▶ [Task prompt]
Print, exactly as they appear in the listing below, the lines from the line with "#182=ORIENTED_EDGE('',*,*,#181,.F.);" to the line with "#195=FACE_BOUND('',#194,.T.);", with both end lines kept.

▶ [Record set]
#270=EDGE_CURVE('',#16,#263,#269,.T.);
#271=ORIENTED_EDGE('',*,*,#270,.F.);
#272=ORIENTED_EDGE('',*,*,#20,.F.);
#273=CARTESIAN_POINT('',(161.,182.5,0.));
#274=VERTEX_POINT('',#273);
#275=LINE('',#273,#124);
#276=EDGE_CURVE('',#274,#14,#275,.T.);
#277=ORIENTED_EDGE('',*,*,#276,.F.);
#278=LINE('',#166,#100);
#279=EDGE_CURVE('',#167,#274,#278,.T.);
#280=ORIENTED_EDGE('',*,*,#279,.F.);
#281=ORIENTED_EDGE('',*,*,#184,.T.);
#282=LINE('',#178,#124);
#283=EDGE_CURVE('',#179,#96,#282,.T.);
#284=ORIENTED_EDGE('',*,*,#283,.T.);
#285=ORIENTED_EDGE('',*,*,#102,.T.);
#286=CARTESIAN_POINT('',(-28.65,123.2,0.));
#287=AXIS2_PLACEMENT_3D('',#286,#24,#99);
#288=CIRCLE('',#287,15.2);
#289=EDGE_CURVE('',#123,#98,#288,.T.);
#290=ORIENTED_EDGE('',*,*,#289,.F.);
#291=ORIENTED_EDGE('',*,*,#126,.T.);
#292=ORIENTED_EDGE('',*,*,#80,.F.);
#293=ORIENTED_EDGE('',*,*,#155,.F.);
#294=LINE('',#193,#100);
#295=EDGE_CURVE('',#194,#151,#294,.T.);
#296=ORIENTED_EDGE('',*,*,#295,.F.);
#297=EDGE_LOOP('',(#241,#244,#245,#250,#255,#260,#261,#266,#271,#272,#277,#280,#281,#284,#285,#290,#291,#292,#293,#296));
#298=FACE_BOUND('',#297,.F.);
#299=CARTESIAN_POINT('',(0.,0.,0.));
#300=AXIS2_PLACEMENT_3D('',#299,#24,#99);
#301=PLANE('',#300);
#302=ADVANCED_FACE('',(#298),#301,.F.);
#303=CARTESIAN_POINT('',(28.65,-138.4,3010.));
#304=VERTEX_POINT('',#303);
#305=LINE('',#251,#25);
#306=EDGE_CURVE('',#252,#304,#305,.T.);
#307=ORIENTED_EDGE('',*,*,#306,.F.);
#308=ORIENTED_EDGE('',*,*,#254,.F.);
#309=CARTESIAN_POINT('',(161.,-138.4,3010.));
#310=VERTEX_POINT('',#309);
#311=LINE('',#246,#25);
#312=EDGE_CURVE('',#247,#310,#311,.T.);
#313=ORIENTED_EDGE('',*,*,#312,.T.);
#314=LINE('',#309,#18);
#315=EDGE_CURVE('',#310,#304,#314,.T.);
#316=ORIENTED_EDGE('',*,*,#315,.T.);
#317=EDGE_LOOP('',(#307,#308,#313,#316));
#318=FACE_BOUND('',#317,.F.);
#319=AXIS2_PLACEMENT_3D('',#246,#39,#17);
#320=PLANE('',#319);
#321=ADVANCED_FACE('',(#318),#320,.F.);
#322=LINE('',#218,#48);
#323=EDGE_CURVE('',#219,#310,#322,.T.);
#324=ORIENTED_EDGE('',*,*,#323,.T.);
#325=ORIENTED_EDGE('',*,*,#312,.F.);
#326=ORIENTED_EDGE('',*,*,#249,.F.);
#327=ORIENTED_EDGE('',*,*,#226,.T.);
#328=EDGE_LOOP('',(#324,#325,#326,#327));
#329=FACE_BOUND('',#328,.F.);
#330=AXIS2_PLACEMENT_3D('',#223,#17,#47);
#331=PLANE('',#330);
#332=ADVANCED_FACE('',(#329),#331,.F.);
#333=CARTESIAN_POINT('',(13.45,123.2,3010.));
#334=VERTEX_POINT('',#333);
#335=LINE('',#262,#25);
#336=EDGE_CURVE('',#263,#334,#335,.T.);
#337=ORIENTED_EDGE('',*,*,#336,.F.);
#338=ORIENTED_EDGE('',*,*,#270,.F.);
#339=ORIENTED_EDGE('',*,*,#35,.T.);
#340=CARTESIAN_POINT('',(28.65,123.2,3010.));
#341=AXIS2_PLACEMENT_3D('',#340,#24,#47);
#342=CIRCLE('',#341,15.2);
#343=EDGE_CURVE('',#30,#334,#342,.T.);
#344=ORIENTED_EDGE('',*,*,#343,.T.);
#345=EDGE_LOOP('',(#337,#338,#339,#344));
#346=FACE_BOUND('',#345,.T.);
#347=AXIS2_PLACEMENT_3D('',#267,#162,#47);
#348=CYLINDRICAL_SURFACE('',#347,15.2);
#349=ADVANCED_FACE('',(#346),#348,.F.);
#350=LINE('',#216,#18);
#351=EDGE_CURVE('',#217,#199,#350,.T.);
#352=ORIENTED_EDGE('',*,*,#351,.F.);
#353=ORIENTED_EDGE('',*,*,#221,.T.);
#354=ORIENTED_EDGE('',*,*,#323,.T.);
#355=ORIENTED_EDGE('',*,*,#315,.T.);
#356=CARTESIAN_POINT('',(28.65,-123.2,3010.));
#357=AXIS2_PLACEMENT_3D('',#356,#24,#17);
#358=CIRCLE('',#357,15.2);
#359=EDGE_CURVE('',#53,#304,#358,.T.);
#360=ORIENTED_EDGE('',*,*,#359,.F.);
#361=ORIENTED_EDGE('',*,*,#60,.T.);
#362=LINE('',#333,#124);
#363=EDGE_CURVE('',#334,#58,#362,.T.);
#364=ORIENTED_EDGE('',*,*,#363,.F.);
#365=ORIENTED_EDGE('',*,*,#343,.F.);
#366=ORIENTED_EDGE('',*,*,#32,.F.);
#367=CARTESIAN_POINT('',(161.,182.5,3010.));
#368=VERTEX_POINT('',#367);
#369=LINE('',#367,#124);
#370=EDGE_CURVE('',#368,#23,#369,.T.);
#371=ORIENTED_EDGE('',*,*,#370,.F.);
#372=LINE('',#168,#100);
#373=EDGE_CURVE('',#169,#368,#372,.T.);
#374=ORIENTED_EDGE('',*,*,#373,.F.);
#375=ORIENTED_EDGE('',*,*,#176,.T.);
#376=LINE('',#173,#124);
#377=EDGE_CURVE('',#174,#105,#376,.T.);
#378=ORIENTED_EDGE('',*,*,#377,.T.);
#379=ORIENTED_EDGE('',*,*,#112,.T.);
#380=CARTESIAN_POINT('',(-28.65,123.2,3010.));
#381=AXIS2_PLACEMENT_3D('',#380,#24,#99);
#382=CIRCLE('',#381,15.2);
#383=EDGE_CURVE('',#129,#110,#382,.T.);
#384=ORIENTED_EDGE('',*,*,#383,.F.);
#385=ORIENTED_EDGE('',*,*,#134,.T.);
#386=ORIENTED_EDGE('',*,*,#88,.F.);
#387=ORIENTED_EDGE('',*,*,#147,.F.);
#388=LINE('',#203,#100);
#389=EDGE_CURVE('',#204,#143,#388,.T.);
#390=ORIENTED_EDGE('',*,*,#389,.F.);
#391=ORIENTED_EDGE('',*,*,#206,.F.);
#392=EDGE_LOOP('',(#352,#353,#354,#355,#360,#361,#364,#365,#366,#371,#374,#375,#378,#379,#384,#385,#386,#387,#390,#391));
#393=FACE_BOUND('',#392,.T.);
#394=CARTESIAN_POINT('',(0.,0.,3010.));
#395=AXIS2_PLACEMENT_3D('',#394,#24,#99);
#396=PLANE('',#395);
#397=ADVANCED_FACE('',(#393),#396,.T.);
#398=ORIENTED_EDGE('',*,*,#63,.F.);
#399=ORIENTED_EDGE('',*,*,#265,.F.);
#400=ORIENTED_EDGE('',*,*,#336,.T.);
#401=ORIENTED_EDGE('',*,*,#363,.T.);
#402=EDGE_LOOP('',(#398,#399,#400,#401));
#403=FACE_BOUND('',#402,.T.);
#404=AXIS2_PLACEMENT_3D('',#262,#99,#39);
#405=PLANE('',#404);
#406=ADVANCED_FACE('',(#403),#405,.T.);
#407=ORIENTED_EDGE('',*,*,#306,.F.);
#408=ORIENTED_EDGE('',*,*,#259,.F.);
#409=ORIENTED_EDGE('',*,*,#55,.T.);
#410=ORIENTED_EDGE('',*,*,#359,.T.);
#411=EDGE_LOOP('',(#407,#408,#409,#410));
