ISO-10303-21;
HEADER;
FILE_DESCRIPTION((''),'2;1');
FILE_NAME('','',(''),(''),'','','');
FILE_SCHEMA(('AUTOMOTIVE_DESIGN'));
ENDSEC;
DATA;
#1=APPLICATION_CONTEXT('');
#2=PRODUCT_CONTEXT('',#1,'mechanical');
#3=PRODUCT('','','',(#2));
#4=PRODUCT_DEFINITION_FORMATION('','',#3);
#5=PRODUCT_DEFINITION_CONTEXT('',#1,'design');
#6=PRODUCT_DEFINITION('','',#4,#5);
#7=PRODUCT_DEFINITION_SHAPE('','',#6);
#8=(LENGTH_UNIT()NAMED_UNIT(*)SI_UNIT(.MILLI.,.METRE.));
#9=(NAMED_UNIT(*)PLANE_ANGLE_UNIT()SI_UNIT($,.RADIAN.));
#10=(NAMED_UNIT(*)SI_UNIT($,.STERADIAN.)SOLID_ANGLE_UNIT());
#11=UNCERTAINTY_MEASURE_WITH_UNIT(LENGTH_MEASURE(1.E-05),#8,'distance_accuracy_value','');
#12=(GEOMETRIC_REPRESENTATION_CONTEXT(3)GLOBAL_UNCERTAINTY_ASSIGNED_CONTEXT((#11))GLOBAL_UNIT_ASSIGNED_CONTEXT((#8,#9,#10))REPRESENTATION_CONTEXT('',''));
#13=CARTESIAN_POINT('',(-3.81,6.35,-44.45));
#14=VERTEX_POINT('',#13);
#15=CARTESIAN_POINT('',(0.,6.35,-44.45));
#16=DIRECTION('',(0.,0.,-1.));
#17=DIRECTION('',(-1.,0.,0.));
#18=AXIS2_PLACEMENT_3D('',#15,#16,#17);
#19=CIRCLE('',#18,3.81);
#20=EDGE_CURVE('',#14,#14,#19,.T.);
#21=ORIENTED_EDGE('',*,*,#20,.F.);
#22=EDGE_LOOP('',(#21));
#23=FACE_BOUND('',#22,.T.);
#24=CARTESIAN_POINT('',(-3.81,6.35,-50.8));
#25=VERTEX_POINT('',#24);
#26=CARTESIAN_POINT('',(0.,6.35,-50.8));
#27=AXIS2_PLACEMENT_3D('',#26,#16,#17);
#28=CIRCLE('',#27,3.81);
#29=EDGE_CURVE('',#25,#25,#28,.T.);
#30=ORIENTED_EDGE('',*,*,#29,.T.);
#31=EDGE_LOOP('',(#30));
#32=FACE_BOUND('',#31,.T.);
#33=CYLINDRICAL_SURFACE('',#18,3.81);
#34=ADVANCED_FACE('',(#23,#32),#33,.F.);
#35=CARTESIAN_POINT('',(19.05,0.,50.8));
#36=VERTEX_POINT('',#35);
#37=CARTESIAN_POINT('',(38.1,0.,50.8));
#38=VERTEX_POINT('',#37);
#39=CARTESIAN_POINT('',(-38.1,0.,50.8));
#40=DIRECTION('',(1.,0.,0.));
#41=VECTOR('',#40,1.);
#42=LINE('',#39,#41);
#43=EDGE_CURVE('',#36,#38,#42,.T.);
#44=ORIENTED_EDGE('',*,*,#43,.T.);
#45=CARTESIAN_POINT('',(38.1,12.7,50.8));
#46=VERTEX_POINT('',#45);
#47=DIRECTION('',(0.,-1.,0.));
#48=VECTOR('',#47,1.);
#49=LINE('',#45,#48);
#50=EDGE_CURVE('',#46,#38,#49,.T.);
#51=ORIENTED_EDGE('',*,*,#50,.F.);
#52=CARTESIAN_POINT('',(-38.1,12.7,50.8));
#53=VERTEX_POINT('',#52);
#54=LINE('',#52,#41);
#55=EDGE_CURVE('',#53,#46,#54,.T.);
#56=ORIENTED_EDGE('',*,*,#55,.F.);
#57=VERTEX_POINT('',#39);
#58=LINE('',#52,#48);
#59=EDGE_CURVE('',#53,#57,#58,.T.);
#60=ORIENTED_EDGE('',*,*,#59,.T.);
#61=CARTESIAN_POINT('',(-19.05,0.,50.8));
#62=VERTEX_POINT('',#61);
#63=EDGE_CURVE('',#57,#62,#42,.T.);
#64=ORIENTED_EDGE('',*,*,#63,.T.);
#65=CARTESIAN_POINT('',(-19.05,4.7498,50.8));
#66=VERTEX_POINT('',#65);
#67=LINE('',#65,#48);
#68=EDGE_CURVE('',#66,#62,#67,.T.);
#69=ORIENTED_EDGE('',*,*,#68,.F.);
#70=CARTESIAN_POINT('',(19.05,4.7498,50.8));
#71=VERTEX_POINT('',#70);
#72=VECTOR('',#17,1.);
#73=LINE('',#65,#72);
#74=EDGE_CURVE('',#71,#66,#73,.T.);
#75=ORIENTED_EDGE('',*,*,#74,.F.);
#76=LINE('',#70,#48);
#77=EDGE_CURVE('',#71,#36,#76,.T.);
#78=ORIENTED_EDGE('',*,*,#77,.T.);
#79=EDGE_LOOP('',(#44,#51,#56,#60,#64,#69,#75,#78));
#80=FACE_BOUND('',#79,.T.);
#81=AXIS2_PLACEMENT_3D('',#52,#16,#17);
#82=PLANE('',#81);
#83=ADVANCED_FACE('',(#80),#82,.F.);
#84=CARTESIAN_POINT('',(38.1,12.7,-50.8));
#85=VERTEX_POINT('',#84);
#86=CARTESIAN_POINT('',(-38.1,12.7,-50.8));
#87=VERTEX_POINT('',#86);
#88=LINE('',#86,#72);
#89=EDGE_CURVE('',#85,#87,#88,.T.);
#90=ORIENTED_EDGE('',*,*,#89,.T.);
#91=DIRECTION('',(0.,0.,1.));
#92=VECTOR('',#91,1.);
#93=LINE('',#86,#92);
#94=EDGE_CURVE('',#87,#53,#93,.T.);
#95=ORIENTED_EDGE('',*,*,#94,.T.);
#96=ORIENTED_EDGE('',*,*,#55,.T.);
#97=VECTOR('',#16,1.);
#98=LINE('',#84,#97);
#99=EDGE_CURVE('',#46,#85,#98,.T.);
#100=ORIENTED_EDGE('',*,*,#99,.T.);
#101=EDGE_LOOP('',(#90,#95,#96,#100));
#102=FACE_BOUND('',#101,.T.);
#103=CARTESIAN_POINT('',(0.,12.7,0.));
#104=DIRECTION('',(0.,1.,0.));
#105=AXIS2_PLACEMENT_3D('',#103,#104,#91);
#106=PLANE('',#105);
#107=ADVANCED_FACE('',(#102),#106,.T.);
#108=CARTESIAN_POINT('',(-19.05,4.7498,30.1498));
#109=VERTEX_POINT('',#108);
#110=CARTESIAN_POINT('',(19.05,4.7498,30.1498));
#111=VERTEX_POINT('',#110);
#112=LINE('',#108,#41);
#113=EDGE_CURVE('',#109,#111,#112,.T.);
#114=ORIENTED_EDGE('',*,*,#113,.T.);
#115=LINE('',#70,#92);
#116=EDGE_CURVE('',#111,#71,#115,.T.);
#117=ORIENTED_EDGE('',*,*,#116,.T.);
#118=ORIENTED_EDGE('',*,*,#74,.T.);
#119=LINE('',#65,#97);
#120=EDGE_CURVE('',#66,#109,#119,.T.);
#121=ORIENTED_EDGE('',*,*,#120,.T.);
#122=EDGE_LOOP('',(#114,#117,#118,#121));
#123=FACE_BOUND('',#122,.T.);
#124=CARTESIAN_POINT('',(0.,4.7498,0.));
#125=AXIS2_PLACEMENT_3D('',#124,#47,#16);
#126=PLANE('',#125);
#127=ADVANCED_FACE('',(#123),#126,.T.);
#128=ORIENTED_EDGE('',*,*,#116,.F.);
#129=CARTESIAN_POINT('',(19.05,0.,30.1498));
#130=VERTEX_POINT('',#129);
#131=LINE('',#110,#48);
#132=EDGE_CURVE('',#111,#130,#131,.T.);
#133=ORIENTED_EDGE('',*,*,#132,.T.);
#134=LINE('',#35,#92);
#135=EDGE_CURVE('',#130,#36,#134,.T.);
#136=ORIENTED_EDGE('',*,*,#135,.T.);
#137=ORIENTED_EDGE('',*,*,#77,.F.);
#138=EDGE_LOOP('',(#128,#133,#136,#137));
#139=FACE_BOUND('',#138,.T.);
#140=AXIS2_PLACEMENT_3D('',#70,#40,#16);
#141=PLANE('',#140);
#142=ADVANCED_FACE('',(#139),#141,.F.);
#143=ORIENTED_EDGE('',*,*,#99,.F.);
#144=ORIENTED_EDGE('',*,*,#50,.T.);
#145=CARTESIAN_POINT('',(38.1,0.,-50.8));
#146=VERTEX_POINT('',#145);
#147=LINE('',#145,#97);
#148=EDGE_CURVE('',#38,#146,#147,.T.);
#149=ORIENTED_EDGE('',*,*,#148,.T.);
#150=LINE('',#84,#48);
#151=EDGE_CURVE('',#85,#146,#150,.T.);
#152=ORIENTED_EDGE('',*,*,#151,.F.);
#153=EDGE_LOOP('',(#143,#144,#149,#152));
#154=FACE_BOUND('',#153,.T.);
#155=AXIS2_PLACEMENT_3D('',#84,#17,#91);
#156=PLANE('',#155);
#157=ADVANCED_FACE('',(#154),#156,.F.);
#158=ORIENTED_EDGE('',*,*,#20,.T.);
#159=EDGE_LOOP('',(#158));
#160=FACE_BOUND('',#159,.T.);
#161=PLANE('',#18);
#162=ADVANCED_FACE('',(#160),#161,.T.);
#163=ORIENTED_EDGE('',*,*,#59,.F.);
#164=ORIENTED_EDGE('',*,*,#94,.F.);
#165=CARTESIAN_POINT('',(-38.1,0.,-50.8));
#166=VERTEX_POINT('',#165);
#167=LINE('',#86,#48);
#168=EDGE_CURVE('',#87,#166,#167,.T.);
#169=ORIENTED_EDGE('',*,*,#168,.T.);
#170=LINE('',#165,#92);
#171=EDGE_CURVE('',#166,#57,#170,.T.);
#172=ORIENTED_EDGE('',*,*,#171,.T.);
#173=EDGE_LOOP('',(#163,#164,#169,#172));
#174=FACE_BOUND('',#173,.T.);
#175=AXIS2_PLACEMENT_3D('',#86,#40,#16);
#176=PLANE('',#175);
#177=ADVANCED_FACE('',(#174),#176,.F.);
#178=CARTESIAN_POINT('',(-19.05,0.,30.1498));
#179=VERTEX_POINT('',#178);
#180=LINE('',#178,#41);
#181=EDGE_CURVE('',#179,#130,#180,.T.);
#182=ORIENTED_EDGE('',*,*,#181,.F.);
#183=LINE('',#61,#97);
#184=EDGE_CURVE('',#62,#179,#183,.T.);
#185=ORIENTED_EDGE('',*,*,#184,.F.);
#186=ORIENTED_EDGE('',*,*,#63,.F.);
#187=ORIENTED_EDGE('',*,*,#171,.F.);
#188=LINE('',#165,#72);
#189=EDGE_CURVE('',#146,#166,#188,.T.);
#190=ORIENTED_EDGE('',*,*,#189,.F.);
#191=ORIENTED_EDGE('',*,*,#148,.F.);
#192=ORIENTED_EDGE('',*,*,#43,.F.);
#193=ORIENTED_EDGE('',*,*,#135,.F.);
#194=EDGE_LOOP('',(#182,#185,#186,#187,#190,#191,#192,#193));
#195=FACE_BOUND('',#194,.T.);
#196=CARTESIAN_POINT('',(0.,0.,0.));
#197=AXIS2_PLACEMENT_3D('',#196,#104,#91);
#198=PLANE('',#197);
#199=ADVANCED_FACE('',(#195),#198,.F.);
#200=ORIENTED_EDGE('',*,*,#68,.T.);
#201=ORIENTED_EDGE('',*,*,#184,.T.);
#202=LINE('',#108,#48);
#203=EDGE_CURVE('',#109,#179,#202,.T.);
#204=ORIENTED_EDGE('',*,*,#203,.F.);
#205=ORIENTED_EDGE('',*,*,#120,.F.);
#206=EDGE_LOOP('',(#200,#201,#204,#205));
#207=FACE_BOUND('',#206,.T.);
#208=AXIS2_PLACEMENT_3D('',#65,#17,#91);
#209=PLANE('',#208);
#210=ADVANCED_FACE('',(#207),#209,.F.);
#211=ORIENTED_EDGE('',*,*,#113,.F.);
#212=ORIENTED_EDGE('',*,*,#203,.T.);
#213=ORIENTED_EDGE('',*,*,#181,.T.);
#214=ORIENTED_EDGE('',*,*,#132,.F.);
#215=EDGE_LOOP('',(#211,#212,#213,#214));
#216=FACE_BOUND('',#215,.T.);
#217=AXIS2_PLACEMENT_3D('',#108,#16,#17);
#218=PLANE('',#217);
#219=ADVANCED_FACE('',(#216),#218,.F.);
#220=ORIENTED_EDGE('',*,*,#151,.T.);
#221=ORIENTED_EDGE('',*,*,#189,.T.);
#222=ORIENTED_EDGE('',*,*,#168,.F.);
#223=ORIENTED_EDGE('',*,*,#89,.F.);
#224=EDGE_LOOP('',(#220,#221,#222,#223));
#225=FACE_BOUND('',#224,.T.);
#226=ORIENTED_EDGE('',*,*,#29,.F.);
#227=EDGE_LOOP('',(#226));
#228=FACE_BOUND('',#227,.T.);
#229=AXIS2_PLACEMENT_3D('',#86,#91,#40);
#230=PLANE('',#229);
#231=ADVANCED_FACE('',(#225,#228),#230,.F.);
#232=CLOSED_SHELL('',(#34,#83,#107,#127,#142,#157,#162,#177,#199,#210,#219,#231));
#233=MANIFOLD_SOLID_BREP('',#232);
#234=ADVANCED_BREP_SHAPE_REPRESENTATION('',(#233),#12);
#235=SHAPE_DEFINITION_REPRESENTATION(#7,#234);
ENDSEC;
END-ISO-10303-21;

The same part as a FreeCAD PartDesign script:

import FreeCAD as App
import Part
import Sketcher
from FreeCAD import Vector
Q = App.Units.Quantity


def add_polygon(sketch, points):
    """Adds a closed chain of lines whose ends are joined by coincident constraints."""
    first, n = sketch.GeometryCount, len(points)
    for a, b in zip(points, points[1:] + points[:1]):
        sketch.addGeometry(Part.LineSegment(App.Vector(*a, 0), App.Vector(*b, 0)), False)
    for i in range(n):
        sketch.addConstraint(Sketcher.Constraint("Coincident", first + i, 2, first + (i + 1) % n, 1))

doc = App.newDocument("Part")
params = doc.addObject("Spreadsheet::Sheet", "Params")
for row, (alias, value) in enumerate([
    ("sketch1_width", "3 in"),
    ("sketch1_height", "4 in"),
    ("pad1_length", "0.5 in"),
    ("sketch2_width", "1.5 in"),
    ("sketch2_height", "0.813 in"),
    ("pocket1_length", "0.187 in"),
    ("sketch3_diameter", "0.3 in"),
    ("pocket2_length", "0.25 in"),
], start=1):
    params.set(f"A{row}", alias)
    params.set(f"B{row}", "=" + value)
    params.setAlias(f"B{row}", alias)

body = doc.addObject("PartDesign::Body", "Body")

# Sketch on XZ plane
sketch1 = body.newObject("Sketcher::SketchObject", "Sketch")
sketch1.AttachmentSupport = (doc.getObject("XZ_Plane"), [""])
sketch1.MapMode = "FlatFace"
add_polygon(sketch1, [(-38, -51), (-38, 51), (38, 51), (38, -51)])  # lines 0-3
sketch1.addConstraint(Sketcher.Constraint("Vertical", 0))
sketch1.addConstraint(Sketcher.Constraint("Horizontal", 1))
sketch1.addConstraint(Sketcher.Constraint("Vertical", 2))
sketch1.addConstraint(Sketcher.Constraint("Horizontal", 3))
sketch1.addConstraint(Sketcher.Constraint("Symmetric", 0, 2, 2, 2, -1, 1))
sketch1.addConstraint(Sketcher.Constraint("DistanceX", 1, 1, 1, 2, Q("3 in")))
sketch1.addConstraint(Sketcher.Constraint("DistanceY", 0, 1, 0, 2, Q("4 in")))
sketch1.setExpression("Constraints[9]", "Params.sketch1_width")
sketch1.setExpression("Constraints[10]", "Params.sketch1_height")
pad1 = body.newObject("PartDesign::Pad", "Pad")
pad1.Profile = sketch1
pad1.setExpression("Length", "Params.pad1_length")
pad1.Reversed = True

▶ [Exercise answer]
#182=ORIENTED_EDGE('',*,*,#181,.F.);
#183=LINE('',#61,#97);
#184=EDGE_CURVE('',#62,#179,#183,.T.);
#185=ORIENTED_EDGE('',*,*,#184,.F.);
#186=ORIENTED_EDGE('',*,*,#63,.F.);
#187=ORIENTED_EDGE('',*,*,#171,.F.);
#188=LINE('',#165,#72);
#189=EDGE_CURVE('',#146,#166,#188,.T.);
#190=ORIENTED_EDGE('',*,*,#189,.F.);
#191=ORIENTED_EDGE('',*,*,#148,.F.);
#192=ORIENTED_EDGE('',*,*,#43,.F.);
#193=ORIENTED_EDGE('',*,*,#135,.F.);
#194=EDGE_LOOP('',(#182,#185,#186,#187,#190,#191,#192,#193));
#195=FACE_BOUND('',#194,.T.);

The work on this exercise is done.